Print nothing but the lines below starting at the line that holds "#47=ADVANCED_FACE('',(#43),#46,.T.);" and ending at the line that holds "#57=LINE('',#48,#56);", including both, each exactly as written.

Data extracted from a collection:

....

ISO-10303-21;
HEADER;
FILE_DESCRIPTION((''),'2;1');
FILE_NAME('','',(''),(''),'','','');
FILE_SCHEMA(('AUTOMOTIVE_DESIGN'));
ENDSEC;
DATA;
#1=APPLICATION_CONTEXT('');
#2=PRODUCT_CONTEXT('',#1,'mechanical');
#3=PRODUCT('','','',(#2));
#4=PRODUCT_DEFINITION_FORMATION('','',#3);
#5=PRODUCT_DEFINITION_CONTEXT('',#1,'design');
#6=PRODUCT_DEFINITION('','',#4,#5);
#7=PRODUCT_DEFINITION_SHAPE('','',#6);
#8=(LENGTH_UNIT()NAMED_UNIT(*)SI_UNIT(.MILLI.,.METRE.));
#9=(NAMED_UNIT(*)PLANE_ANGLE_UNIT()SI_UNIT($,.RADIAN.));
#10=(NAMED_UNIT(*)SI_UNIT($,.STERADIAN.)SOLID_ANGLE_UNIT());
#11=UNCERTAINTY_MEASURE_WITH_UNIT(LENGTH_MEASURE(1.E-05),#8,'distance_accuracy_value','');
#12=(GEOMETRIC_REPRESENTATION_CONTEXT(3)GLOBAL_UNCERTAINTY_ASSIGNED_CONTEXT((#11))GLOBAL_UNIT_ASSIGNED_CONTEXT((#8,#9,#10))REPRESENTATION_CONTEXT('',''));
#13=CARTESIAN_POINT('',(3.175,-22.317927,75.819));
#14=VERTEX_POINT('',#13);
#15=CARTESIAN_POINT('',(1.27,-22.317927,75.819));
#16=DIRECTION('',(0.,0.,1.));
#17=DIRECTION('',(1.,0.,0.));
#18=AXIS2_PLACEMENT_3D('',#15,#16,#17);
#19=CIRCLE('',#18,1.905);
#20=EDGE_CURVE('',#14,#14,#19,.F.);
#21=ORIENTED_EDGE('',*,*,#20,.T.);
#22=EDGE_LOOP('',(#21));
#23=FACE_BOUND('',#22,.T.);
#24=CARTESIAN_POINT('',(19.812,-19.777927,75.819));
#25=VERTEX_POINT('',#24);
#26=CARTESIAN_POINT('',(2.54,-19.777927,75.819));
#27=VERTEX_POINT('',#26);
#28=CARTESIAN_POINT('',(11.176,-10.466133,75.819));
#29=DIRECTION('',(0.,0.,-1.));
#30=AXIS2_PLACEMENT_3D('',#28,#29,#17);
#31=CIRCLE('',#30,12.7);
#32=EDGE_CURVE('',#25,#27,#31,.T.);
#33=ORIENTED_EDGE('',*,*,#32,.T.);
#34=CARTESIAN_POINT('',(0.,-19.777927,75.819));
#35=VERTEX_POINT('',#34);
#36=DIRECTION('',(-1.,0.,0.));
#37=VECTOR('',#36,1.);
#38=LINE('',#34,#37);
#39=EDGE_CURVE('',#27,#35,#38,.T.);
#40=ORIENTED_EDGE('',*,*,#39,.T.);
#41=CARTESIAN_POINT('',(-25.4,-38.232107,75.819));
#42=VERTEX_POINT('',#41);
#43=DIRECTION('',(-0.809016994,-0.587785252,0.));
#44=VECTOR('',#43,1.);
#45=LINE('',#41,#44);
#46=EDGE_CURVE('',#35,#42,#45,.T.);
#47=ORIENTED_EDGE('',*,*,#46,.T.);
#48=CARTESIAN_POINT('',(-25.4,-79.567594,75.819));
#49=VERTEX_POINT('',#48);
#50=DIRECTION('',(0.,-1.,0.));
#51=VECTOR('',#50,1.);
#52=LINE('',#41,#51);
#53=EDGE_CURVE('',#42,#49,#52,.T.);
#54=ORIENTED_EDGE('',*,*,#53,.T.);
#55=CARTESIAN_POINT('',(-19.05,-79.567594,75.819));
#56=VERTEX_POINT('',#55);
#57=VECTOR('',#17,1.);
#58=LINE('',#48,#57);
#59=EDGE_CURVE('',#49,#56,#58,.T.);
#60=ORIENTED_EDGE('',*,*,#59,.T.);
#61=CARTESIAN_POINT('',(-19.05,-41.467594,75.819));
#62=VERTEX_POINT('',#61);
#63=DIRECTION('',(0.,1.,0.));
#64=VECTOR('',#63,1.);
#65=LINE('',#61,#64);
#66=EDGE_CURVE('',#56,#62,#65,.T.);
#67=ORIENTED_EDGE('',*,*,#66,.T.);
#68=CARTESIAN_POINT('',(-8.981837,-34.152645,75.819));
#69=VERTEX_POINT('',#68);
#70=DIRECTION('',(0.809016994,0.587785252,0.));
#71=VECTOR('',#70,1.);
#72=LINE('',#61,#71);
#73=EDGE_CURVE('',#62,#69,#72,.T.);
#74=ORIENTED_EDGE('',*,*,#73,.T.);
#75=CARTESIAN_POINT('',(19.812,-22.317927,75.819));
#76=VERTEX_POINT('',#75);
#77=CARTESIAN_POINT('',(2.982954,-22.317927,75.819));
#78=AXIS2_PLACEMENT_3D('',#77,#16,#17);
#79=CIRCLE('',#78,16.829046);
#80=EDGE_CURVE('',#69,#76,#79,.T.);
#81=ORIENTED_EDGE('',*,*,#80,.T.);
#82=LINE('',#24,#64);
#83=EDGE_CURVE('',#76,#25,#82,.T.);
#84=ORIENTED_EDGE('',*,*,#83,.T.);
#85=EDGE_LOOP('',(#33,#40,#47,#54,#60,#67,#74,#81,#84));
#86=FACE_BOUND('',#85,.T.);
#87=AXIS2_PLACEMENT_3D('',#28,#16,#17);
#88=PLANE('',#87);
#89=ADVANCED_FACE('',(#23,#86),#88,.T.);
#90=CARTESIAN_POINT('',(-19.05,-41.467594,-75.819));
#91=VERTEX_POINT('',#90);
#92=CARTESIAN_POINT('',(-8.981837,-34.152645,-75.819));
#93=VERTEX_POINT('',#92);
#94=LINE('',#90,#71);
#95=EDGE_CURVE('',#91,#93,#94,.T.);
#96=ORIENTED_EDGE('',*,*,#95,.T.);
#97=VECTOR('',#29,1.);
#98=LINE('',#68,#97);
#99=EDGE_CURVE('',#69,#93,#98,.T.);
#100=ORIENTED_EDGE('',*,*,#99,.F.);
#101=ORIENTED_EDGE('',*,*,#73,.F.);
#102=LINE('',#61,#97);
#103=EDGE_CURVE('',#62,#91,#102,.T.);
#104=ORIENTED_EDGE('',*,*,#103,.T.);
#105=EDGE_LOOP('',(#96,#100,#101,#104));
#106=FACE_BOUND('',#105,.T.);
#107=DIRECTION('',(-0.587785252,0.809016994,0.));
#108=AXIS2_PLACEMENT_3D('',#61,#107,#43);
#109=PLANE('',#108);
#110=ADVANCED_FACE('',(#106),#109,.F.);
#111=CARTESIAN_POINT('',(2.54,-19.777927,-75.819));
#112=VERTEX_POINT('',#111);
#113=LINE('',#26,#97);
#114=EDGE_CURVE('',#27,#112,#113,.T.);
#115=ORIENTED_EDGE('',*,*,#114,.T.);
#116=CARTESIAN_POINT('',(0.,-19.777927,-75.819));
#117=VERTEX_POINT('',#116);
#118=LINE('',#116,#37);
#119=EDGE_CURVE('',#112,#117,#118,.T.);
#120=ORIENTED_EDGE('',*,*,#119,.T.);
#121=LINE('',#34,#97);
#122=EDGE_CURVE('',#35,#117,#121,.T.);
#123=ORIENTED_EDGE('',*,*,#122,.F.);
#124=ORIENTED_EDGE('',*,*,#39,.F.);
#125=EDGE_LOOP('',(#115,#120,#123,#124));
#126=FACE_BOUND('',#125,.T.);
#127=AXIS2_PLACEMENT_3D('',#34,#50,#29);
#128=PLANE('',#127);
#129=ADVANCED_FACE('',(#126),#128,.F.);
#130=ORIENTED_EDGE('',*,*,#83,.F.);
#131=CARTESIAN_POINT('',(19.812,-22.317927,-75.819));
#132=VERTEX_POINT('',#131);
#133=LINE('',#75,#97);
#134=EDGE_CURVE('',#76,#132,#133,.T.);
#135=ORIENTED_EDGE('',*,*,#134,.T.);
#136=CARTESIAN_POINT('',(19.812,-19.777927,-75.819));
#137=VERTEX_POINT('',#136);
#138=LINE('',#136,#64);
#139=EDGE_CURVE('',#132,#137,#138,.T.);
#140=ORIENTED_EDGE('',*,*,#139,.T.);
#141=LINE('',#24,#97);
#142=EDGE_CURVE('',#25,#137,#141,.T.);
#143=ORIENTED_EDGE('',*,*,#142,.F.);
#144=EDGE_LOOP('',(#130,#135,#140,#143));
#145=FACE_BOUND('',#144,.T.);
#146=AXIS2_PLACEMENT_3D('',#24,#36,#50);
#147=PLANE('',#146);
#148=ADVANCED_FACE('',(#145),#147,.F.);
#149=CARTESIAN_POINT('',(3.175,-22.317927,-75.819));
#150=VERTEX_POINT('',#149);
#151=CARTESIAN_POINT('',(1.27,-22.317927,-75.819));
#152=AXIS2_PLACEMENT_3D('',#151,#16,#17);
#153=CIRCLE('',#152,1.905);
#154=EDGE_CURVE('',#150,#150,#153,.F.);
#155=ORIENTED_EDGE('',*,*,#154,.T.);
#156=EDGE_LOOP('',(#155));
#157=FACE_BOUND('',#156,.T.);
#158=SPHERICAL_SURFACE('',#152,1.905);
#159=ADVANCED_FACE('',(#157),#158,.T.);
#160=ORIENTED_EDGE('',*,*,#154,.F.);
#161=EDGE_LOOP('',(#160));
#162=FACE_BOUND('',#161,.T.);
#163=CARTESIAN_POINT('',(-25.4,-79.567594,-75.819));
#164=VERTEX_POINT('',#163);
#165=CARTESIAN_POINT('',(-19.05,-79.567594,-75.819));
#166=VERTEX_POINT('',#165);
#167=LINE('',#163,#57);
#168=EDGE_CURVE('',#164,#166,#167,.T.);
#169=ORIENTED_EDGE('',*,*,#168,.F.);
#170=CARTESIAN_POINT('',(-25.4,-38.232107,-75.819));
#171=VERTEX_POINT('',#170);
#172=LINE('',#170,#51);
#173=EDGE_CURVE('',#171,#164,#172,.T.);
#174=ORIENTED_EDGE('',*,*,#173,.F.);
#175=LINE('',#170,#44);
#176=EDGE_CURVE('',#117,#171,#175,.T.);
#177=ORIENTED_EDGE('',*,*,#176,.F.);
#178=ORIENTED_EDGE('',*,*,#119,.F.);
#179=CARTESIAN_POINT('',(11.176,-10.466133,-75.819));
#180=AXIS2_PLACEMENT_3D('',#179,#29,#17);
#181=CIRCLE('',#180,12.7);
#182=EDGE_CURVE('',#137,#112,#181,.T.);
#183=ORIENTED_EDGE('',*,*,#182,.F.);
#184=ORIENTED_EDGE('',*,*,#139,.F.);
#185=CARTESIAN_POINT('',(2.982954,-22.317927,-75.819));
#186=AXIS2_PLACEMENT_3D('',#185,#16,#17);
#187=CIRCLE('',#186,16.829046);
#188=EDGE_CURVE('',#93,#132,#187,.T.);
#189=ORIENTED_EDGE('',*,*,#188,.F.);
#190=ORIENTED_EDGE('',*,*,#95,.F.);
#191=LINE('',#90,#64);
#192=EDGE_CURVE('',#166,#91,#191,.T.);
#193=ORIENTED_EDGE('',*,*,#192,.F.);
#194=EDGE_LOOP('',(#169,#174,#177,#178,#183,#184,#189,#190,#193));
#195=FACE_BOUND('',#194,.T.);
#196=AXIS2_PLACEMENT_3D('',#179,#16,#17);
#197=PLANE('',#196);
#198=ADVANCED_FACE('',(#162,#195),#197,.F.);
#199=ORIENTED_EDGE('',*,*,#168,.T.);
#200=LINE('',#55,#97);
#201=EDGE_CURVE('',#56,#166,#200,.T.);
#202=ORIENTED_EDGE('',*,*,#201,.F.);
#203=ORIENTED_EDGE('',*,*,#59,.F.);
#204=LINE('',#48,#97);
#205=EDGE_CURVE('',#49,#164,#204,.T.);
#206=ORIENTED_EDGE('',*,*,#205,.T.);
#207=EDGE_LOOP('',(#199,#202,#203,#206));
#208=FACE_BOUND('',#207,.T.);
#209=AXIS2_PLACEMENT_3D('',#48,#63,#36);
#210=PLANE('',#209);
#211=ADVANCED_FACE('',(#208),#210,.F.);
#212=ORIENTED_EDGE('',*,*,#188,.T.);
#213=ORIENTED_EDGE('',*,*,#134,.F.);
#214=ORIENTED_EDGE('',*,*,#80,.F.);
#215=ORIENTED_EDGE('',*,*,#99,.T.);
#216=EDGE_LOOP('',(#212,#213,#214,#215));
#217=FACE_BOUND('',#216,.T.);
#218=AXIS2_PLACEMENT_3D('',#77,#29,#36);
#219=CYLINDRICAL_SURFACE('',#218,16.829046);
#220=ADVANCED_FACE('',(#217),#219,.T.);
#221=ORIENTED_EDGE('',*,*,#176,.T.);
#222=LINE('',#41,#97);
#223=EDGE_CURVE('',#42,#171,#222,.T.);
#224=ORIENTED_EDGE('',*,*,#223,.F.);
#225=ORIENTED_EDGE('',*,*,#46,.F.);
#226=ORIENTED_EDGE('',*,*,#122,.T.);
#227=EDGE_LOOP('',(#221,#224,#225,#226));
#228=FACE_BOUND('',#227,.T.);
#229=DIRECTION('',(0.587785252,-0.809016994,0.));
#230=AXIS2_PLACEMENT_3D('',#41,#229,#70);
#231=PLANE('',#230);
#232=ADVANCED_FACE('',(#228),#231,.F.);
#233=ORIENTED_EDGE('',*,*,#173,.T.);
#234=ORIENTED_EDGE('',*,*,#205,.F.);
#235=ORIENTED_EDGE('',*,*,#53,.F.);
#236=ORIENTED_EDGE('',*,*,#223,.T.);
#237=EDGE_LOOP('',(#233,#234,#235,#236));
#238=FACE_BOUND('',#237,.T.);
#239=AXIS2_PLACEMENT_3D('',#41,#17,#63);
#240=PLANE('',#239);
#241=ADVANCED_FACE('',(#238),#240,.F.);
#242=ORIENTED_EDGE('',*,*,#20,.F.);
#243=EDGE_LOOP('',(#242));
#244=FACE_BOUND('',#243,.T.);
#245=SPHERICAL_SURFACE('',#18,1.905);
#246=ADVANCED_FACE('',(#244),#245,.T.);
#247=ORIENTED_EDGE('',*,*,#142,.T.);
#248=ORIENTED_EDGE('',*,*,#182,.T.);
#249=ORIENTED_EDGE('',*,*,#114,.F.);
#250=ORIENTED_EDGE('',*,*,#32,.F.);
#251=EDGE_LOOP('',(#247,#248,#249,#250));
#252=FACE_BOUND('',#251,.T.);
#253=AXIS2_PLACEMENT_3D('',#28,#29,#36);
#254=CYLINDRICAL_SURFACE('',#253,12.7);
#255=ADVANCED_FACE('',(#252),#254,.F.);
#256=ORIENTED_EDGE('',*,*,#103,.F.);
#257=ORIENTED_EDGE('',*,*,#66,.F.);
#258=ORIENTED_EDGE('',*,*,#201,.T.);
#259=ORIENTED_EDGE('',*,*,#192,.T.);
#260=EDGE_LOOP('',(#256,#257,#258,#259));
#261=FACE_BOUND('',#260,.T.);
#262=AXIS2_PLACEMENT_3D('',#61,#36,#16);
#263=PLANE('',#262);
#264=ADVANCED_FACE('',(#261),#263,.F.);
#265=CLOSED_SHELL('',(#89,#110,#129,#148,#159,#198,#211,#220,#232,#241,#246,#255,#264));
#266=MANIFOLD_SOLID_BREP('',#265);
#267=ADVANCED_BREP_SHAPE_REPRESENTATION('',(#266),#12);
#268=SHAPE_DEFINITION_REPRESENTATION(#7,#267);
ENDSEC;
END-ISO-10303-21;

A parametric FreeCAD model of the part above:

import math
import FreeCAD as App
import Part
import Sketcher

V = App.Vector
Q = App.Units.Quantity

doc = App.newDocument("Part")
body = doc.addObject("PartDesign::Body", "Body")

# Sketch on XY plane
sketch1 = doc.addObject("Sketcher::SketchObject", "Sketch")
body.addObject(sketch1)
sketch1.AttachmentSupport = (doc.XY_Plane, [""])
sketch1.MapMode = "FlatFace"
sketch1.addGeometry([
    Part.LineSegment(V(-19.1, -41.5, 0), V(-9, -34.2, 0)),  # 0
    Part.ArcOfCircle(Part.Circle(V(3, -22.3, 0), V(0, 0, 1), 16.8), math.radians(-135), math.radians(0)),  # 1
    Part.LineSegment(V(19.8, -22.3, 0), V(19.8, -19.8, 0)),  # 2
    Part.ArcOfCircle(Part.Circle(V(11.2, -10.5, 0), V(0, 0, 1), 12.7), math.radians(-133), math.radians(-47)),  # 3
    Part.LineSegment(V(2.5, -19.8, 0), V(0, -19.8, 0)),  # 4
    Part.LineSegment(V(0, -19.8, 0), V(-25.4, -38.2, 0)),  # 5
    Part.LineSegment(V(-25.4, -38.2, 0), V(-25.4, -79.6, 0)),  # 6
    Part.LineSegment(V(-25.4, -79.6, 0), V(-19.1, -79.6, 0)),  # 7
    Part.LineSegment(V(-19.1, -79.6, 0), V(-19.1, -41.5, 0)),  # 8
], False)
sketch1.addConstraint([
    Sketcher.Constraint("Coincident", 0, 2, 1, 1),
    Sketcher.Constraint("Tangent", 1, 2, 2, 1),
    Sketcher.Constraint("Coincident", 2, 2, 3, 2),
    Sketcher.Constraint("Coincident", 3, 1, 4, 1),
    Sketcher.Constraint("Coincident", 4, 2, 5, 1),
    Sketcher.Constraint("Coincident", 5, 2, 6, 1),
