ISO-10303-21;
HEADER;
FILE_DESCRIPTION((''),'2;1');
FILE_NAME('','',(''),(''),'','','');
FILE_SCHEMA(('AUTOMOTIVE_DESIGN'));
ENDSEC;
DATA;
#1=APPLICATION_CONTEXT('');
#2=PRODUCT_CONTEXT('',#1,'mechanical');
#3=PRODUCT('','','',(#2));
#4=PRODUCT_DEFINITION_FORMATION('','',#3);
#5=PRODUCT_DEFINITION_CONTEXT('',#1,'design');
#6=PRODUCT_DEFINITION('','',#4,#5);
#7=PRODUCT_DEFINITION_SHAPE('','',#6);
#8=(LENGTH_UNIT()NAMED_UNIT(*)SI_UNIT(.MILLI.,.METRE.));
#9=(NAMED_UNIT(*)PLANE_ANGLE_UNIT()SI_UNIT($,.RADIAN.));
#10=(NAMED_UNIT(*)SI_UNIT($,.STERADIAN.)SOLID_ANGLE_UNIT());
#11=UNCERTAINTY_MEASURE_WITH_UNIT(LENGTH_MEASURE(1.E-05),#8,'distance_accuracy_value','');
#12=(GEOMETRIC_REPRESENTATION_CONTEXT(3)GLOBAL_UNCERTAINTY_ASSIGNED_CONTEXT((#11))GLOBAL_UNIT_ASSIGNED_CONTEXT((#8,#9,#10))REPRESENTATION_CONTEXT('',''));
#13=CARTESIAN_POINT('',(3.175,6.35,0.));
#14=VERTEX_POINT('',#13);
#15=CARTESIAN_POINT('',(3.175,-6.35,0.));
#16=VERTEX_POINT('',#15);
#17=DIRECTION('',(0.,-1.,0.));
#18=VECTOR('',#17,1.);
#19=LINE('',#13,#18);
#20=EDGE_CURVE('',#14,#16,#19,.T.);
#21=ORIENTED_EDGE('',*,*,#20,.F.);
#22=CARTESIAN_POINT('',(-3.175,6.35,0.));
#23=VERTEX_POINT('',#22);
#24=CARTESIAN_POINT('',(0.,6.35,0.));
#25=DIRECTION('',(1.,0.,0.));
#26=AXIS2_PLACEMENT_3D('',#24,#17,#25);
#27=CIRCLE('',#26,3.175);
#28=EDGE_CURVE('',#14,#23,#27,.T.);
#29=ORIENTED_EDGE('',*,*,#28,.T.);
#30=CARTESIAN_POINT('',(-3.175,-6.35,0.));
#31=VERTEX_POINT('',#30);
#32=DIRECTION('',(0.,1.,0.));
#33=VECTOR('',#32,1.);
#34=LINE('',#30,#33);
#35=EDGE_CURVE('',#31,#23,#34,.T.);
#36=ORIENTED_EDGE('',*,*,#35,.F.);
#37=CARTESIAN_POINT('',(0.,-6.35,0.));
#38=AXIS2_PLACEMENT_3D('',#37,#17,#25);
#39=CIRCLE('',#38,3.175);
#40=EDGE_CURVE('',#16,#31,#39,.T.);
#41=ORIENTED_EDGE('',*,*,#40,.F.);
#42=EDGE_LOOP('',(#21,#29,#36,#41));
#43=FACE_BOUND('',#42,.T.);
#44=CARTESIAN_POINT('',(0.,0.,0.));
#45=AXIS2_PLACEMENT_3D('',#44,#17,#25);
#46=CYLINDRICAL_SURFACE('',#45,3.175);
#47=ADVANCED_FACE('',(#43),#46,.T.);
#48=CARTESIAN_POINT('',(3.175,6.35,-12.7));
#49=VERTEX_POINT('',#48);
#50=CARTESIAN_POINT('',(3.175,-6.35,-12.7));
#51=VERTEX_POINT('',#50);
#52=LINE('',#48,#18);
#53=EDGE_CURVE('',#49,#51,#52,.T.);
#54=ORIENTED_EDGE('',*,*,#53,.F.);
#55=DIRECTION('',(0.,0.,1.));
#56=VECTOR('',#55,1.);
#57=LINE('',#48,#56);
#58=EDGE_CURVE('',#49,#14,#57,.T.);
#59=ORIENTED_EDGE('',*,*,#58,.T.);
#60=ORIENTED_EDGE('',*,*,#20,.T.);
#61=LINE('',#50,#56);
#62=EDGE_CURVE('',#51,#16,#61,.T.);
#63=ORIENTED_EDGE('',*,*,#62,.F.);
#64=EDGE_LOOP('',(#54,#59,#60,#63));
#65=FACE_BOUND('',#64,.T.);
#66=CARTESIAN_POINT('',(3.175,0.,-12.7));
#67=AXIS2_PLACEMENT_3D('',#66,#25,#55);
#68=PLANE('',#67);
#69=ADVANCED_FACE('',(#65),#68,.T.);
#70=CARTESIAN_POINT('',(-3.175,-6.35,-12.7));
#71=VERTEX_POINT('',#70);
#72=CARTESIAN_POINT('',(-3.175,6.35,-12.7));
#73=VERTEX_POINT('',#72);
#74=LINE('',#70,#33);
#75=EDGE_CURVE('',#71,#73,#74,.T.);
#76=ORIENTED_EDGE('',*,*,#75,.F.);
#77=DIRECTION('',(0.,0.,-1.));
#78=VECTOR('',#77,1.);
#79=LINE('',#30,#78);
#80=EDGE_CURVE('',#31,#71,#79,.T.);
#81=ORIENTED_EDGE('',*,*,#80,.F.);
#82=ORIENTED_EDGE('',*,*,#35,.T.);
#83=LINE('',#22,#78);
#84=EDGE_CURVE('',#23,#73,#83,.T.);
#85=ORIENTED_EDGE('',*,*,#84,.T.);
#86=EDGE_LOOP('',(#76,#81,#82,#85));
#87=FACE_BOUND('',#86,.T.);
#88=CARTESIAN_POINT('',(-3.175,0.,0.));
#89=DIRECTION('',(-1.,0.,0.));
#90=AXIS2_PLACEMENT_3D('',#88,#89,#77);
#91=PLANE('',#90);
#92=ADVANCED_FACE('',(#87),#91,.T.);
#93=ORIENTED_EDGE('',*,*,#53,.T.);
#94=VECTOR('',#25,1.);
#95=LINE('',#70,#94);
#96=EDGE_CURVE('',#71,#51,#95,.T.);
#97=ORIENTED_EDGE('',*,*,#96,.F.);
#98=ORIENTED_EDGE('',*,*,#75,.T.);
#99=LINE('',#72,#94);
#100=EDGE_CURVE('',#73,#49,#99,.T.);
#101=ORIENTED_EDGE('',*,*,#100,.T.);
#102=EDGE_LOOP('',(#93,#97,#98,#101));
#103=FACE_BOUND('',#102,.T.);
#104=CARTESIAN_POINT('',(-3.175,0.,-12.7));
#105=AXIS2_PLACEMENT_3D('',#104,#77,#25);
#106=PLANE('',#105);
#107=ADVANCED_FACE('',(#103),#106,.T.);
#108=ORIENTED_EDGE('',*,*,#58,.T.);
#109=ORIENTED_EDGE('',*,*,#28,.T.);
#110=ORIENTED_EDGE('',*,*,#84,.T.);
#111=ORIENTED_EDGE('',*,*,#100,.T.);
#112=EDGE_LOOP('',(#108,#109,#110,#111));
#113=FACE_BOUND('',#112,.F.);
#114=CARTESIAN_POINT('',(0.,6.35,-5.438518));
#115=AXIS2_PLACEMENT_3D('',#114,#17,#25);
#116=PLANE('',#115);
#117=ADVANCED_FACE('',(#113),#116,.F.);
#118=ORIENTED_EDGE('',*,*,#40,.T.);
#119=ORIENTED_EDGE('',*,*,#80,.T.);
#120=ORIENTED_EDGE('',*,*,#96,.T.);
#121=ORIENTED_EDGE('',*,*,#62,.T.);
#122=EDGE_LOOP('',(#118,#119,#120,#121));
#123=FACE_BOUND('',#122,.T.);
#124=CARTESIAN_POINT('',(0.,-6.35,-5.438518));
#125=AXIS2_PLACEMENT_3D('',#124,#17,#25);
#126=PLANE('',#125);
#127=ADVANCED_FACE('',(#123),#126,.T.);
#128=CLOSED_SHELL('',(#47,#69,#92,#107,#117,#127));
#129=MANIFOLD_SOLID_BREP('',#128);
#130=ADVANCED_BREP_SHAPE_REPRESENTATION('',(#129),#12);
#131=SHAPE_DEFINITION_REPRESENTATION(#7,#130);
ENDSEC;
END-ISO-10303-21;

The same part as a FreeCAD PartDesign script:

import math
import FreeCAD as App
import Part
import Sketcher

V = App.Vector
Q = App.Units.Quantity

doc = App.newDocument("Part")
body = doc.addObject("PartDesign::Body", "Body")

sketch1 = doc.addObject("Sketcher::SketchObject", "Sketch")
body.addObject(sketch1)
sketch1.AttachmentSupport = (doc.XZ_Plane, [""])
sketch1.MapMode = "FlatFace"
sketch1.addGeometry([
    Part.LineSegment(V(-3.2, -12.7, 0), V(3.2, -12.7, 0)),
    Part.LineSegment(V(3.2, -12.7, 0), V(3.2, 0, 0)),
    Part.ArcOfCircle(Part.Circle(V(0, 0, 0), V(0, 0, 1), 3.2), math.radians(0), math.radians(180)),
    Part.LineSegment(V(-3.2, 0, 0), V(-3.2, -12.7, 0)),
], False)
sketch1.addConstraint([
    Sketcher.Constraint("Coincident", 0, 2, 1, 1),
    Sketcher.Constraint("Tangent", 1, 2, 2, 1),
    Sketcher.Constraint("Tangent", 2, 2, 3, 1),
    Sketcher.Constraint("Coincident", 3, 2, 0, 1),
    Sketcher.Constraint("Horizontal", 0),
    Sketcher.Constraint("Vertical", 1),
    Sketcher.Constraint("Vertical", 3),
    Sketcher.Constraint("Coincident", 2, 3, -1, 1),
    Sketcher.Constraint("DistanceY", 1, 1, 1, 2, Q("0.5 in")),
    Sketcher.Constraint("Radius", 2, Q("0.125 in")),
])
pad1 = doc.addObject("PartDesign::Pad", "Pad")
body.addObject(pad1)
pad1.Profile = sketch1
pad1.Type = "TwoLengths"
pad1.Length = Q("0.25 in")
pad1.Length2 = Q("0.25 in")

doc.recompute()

....

* OUTPUT BELOW *
#47=ADVANCED_FACE('',(#43),#46,.T.);
#48=CARTESIAN_POINT('',(3.175,6.35,-12.7));
#49=VERTEX_POINT('',#48);
#50=CARTESIAN_POINT('',(3.175,-6.35,-12.7));
#51=VERTEX_POINT('',#50);
#52=LINE('',#48,#18);
#53=EDGE_CURVE('',#49,#51,#52,.T.);
#54=ORIENTED_EDGE('',*,*,#53,.F.);
#55=DIRECTION('',(0.,0.,1.));
#56=VECTOR('',#55,1.);
#57=LINE('',#48,#56);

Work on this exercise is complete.